[Opening Given records section]

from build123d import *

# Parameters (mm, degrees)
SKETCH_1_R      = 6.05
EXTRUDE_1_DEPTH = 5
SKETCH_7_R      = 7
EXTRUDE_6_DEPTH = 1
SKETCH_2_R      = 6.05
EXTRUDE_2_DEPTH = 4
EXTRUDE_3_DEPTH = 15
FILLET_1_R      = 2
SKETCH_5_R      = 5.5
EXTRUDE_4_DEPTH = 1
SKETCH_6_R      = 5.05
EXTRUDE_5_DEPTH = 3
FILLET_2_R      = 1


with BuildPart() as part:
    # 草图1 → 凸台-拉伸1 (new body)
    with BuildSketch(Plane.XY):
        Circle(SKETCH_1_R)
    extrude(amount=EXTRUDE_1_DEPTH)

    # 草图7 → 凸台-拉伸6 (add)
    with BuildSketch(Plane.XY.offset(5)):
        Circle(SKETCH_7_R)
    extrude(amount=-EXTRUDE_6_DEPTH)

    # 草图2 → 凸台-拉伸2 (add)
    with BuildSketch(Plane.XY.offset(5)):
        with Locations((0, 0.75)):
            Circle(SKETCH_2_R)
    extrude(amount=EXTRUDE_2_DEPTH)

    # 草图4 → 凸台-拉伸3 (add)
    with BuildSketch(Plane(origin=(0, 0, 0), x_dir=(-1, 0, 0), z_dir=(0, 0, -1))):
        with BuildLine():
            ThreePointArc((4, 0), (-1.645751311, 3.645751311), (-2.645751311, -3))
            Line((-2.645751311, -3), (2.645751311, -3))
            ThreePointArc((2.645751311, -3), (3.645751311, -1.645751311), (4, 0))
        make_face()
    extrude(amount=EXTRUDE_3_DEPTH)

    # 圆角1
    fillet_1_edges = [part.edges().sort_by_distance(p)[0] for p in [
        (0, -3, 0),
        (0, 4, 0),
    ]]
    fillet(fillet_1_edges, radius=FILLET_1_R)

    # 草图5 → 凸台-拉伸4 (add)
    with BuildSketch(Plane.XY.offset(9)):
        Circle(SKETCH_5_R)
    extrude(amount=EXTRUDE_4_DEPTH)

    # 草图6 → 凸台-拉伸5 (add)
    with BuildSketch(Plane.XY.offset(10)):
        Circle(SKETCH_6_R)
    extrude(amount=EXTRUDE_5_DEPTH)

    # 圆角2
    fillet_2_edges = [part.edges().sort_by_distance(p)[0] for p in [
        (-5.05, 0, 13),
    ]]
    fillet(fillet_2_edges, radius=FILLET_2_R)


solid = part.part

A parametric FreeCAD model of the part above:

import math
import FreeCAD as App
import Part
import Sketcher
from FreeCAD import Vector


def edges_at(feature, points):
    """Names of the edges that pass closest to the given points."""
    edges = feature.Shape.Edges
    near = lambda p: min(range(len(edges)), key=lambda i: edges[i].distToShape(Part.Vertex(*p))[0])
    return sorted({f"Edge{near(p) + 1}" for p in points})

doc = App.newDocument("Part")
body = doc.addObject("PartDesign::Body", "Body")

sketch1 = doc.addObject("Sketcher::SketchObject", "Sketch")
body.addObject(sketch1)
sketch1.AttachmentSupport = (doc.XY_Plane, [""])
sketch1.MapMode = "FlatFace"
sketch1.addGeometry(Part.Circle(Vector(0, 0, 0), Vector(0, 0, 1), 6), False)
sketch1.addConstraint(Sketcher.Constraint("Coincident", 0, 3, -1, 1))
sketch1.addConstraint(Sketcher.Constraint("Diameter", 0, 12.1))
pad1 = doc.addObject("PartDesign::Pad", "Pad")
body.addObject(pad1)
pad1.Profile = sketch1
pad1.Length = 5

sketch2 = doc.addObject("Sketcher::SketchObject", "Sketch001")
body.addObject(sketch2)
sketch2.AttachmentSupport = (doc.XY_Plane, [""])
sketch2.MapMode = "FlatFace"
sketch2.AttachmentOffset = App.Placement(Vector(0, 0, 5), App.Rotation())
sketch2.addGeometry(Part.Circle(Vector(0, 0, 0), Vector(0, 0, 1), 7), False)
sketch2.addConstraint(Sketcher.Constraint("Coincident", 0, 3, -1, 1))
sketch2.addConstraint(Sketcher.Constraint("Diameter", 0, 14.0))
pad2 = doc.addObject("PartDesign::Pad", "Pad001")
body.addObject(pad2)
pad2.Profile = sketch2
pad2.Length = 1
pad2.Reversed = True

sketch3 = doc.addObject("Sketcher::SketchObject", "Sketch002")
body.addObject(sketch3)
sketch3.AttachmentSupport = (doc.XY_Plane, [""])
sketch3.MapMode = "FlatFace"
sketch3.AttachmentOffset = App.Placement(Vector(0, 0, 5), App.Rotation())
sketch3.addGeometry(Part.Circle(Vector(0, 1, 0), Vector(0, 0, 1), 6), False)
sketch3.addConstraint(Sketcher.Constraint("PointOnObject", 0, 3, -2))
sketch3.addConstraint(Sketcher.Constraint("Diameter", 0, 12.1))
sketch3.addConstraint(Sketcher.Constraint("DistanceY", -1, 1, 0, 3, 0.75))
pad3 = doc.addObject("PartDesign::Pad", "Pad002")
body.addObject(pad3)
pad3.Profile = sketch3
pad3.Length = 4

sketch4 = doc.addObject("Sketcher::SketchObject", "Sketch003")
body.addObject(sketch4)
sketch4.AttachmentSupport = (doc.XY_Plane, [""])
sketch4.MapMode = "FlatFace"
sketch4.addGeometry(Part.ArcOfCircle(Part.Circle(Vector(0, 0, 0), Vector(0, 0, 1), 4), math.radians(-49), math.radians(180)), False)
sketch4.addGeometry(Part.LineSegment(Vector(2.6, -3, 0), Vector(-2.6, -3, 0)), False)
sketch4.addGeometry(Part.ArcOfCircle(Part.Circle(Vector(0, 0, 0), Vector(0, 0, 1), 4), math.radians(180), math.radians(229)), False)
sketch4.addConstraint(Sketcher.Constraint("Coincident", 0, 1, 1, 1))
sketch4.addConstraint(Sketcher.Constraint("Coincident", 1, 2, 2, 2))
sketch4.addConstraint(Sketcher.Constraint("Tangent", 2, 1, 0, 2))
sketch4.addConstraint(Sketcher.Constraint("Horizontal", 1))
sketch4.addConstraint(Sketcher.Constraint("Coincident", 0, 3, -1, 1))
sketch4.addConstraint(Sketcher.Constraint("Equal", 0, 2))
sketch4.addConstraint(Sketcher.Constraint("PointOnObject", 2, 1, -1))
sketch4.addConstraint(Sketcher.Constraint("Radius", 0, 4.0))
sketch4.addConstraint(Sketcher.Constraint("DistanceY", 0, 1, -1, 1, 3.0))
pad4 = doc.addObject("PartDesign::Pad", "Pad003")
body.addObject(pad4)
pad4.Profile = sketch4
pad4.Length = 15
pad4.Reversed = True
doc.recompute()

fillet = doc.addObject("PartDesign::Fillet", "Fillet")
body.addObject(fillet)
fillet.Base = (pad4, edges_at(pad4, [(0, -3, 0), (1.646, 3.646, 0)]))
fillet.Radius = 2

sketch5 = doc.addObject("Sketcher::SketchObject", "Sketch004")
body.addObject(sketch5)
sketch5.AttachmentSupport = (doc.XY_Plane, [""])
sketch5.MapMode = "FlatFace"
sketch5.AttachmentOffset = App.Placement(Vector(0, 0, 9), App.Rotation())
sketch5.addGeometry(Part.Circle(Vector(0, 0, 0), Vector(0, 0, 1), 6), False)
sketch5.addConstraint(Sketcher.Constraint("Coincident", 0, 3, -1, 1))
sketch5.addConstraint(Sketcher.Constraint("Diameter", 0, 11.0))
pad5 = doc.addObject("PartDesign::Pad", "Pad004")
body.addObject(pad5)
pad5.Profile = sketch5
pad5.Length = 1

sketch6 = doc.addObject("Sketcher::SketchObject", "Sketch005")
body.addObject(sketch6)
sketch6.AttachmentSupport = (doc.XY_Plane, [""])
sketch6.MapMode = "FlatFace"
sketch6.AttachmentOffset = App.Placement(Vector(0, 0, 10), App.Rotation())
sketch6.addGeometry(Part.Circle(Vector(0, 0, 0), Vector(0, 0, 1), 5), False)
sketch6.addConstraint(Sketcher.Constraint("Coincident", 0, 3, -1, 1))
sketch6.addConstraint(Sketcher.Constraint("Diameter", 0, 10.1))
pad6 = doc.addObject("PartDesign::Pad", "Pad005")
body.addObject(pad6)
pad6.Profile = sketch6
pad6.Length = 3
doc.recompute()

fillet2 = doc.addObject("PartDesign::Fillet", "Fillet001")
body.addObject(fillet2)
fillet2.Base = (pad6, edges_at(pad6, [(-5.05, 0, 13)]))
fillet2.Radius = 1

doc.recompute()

[Closing Given records section]

A complete answer gives every line of the data that includes "ThreePointArc".

            ThreePointArc((4, 0), (-1.645751311, 3.645751311), (-2.645751311, -3))
            ThreePointArc((2.645751311, -3), (3.645751311, -1.645751311), (4, 0))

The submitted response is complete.